DATA TO EXAMINE below:

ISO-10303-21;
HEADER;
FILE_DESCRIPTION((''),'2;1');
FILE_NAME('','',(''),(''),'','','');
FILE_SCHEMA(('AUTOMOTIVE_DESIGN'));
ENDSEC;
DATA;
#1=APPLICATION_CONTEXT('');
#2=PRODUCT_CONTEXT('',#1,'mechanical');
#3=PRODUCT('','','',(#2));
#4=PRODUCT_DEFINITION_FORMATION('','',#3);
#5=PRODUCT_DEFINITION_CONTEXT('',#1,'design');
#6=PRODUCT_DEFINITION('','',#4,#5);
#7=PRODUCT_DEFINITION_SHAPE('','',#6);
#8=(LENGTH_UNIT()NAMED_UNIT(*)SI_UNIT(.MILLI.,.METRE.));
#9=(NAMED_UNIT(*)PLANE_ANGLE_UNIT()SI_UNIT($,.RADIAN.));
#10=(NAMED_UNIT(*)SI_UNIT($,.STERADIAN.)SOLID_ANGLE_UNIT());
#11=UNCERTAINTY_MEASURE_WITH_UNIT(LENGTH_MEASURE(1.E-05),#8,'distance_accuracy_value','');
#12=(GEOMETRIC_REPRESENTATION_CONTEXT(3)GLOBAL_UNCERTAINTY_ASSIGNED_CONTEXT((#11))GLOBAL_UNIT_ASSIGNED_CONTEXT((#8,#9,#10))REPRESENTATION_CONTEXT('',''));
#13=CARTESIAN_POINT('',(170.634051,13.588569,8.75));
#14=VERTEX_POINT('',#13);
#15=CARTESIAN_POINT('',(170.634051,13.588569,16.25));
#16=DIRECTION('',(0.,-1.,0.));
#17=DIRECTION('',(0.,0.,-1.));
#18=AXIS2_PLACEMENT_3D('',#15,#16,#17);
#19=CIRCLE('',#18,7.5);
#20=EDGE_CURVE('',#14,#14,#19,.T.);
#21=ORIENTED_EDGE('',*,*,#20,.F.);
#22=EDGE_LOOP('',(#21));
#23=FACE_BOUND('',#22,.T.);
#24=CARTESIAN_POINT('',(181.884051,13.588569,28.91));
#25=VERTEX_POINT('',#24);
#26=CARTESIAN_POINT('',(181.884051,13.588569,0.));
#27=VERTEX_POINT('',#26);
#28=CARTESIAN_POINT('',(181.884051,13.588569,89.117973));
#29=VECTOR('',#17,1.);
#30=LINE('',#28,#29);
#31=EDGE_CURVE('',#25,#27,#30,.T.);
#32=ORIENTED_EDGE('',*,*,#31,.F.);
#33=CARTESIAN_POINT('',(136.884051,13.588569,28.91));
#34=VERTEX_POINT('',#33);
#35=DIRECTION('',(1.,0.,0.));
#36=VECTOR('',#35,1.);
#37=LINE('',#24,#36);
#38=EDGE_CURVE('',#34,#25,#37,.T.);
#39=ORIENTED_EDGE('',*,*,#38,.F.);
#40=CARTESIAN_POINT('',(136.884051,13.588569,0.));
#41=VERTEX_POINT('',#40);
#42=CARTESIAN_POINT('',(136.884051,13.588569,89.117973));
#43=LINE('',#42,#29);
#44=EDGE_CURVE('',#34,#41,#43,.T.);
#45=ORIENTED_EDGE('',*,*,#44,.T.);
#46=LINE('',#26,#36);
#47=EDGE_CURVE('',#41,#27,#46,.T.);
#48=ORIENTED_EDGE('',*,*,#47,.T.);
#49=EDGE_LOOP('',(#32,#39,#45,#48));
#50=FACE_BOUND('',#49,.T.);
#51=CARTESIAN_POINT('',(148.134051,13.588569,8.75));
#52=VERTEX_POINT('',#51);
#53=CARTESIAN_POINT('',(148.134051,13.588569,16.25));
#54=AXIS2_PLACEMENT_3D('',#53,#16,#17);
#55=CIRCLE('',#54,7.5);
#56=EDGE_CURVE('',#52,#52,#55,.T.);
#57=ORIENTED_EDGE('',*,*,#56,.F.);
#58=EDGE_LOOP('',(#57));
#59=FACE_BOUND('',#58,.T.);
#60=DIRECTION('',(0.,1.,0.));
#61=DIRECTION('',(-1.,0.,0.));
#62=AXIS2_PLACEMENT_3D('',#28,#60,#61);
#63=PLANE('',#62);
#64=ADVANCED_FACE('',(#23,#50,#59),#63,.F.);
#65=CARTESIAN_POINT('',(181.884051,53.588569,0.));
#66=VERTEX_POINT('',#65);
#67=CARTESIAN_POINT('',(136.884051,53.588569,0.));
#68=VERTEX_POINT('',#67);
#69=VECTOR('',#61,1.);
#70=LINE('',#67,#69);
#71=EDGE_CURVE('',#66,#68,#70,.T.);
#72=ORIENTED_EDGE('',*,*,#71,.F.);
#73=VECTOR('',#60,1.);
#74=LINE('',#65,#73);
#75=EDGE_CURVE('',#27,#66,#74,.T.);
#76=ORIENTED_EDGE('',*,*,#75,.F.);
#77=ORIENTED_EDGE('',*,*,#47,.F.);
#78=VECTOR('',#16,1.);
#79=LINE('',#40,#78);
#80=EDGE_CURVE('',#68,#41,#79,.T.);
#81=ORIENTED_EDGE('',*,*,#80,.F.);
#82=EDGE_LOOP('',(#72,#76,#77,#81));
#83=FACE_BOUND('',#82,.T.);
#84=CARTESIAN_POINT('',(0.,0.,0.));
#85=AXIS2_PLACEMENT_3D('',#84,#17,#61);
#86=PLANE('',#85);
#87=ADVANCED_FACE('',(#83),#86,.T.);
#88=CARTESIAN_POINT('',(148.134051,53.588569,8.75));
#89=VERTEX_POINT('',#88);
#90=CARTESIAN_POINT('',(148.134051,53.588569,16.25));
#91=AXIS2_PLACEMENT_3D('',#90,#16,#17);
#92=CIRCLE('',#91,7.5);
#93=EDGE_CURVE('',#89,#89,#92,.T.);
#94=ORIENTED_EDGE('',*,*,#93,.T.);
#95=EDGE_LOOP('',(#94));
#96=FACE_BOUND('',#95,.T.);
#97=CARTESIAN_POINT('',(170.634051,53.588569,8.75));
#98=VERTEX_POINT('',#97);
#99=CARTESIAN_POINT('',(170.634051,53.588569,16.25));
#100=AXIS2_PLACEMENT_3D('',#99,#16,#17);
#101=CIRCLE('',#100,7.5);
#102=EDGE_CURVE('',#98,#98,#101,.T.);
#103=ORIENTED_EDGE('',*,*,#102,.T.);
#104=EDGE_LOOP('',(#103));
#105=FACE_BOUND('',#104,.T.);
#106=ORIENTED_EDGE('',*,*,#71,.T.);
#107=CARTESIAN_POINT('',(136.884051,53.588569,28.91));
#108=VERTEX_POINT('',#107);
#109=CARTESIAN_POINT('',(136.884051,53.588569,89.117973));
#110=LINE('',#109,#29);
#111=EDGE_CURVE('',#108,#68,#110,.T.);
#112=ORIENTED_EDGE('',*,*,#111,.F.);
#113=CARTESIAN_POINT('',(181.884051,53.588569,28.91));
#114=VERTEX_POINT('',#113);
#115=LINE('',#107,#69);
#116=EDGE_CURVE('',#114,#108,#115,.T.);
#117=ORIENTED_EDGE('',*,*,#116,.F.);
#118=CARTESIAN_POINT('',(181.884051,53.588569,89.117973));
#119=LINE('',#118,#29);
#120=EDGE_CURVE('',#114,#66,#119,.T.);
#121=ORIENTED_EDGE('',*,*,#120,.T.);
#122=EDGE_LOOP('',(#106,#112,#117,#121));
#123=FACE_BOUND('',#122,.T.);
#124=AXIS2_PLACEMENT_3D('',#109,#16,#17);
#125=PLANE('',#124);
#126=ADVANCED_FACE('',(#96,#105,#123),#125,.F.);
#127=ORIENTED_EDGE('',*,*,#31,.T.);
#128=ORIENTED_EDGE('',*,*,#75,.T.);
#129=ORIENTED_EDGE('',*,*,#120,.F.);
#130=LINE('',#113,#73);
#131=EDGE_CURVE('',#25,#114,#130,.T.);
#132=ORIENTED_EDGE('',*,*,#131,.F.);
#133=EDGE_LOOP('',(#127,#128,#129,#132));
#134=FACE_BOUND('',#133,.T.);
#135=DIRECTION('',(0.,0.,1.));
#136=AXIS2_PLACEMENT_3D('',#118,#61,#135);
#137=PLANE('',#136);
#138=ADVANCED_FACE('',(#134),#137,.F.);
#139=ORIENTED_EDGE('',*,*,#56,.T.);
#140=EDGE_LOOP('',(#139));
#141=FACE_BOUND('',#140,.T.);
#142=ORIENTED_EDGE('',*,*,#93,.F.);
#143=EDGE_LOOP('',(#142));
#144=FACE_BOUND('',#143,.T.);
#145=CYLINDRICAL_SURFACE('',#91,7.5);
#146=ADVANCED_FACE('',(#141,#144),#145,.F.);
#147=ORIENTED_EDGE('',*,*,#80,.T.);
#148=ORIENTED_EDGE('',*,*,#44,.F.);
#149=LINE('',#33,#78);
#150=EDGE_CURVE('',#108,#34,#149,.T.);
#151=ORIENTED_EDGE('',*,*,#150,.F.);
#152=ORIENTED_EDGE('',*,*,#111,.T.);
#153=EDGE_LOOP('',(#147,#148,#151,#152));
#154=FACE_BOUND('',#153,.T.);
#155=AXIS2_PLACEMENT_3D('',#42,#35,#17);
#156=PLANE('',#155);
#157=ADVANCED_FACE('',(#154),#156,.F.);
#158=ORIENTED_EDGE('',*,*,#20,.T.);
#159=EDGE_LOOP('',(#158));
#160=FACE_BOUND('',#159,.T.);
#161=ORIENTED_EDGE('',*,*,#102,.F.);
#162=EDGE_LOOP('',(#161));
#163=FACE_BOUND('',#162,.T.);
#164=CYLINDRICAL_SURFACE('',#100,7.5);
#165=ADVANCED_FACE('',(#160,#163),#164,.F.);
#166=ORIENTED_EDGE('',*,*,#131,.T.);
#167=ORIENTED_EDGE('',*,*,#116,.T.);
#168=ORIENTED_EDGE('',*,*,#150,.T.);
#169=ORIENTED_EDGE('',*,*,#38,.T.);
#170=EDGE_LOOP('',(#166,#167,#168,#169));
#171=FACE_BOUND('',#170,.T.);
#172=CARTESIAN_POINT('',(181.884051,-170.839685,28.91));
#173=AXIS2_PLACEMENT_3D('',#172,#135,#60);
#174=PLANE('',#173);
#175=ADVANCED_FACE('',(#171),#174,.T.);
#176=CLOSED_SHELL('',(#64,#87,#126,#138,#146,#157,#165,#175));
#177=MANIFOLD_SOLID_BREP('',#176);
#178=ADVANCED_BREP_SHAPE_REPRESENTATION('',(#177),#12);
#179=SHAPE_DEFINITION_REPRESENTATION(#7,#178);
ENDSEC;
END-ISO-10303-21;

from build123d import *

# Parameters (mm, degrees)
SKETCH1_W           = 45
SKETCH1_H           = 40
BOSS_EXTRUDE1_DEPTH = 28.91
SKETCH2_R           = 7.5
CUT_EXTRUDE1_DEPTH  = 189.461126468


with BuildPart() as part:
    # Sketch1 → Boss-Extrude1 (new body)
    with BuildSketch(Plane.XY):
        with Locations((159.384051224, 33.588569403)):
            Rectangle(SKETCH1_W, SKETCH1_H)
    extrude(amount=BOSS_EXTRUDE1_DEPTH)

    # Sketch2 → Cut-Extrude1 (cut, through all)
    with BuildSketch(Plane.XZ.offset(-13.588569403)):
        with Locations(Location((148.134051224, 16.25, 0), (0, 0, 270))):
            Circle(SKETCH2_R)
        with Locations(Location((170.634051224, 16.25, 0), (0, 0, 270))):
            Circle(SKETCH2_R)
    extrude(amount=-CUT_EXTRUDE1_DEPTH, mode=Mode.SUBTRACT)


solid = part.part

End of DATA TO EXAMINE.
DATA TO EXAMINE below:

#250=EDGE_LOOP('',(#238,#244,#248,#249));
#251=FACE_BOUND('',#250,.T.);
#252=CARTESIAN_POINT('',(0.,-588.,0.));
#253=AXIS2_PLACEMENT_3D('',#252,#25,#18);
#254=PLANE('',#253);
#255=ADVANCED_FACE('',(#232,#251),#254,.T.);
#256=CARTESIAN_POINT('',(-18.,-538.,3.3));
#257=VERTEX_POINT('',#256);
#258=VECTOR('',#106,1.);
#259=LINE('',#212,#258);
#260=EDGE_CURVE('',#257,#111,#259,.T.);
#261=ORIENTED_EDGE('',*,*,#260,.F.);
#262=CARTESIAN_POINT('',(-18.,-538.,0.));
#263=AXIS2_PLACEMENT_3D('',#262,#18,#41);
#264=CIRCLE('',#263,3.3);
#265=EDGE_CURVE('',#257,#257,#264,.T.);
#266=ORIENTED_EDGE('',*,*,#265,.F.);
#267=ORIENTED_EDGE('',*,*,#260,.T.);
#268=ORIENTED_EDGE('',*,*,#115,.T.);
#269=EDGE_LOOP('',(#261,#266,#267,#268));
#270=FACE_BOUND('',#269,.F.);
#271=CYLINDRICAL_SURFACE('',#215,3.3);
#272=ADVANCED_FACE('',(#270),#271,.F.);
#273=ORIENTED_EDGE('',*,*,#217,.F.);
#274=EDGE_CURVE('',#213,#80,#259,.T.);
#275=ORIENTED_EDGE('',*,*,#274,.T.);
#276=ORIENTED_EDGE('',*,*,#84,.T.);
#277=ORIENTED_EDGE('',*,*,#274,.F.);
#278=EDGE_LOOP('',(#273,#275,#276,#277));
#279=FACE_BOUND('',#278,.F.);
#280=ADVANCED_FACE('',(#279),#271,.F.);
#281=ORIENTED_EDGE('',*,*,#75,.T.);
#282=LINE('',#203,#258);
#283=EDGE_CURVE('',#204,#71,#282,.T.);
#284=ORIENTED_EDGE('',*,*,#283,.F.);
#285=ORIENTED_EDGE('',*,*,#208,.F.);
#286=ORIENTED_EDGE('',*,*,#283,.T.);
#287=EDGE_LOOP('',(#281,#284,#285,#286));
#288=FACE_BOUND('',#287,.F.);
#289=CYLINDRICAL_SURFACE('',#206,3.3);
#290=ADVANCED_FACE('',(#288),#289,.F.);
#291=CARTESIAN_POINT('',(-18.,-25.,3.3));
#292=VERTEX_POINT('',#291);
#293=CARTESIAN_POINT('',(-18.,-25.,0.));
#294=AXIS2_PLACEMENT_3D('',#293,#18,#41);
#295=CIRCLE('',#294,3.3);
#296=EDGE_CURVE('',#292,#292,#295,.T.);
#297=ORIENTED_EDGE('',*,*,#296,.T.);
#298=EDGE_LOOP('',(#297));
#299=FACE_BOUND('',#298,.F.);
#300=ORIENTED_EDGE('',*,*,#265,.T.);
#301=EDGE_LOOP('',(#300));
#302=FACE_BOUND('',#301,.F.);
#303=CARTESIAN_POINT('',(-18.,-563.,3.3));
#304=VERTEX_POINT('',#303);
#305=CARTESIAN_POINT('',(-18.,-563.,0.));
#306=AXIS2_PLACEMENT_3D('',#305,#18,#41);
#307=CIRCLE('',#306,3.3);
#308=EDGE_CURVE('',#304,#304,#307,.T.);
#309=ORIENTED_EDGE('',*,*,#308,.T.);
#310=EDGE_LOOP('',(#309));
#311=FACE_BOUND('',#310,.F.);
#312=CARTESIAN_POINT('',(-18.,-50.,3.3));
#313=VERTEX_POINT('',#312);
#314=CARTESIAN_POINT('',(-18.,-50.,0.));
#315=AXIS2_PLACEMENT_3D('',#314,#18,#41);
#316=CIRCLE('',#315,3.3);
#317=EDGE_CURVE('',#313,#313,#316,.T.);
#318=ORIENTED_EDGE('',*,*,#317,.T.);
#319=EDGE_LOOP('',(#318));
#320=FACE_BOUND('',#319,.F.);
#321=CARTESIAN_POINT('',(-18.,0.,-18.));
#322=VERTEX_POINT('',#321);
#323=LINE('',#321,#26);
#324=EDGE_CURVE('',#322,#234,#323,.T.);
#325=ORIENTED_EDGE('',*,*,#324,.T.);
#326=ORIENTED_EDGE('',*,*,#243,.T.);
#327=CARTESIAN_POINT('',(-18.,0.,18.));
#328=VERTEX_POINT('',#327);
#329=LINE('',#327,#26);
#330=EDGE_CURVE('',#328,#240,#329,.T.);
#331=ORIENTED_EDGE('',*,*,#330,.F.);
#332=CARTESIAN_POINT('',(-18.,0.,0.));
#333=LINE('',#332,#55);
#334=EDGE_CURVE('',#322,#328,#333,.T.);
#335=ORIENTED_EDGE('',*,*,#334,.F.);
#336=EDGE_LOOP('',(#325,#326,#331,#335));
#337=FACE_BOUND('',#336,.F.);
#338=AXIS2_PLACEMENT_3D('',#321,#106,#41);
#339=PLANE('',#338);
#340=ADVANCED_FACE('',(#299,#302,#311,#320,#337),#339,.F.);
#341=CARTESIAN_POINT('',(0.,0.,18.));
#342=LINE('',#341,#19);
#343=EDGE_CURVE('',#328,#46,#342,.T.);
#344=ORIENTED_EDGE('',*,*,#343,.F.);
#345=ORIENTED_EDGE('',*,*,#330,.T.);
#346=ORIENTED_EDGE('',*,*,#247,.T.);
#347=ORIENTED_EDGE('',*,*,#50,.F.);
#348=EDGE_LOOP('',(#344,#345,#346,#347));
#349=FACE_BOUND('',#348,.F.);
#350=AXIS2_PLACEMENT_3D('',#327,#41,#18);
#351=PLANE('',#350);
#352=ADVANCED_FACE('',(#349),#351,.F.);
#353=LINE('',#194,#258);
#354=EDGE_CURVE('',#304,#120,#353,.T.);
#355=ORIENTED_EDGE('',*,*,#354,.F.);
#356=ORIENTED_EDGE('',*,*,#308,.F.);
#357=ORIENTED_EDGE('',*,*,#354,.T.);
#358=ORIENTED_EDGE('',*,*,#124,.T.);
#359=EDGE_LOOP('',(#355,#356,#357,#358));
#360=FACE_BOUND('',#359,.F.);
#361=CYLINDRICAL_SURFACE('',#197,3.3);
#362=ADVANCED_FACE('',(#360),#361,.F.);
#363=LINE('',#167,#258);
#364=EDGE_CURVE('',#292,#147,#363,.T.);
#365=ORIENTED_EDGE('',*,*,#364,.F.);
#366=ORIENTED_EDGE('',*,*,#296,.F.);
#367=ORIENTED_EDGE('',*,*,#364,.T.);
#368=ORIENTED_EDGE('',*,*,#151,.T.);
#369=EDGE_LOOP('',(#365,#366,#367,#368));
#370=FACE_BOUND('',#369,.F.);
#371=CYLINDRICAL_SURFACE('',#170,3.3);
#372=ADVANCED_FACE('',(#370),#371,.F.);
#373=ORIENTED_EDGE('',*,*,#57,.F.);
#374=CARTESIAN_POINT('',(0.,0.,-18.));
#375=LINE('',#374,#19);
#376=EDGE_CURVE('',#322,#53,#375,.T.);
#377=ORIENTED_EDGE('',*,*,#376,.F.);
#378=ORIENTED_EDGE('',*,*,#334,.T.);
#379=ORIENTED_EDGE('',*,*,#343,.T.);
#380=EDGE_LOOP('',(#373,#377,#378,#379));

End of DATA TO EXAMINE.

** TASK GOAL **
Within the listing above, locate the line containing "#353=LINE('',#194,#258);" and the line containing "#380=EDGE_LOOP('',(#373,#377,#378,#379));". Reproduce those two lines and all lines between them exactly, with nothing added.

** SOLUTION TO THE EXERCISE **
#353=LINE('',#194,#258);
#354=EDGE_CURVE('',#304,#120,#353,.T.);
#355=ORIENTED_EDGE('',*,*,#354,.F.);
#356=ORIENTED_EDGE('',*,*,#308,.F.);
#357=ORIENTED_EDGE('',*,*,#354,.T.);
#358=ORIENTED_EDGE('',*,*,#124,.T.);
#359=EDGE_LOOP('',(#355,#356,#357,#358));
#360=FACE_BOUND('',#359,.F.);
#361=CYLINDRICAL_SURFACE('',#197,3.3);
#362=ADVANCED_FACE('',(#360),#361,.F.);
#363=LINE('',#167,#258);
#364=EDGE_CURVE('',#292,#147,#363,.T.);
#365=ORIENTED_EDGE('',*,*,#364,.F.);
#366=ORIENTED_EDGE('',*,*,#296,.F.);
#367=ORIENTED_EDGE('',*,*,#364,.T.);
#368=ORIENTED_EDGE('',*,*,#151,.T.);
#369=EDGE_LOOP('',(#365,#366,#367,#368));
#370=FACE_BOUND('',#369,.F.);
#371=CYLINDRICAL_SURFACE('',#170,3.3);
#372=ADVANCED_FACE('',(#370),#371,.F.);
#373=ORIENTED_EDGE('',*,*,#57,.F.);
#374=CARTESIAN_POINT('',(0.,0.,-18.));
#375=LINE('',#374,#19);
#376=EDGE_CURVE('',#322,#53,#375,.T.);
#377=ORIENTED_EDGE('',*,*,#376,.F.);
#378=ORIENTED_EDGE('',*,*,#334,.T.);
#379=ORIENTED_EDGE('',*,*,#343,.T.);
#380=EDGE_LOOP('',(#373,#377,#378,#379));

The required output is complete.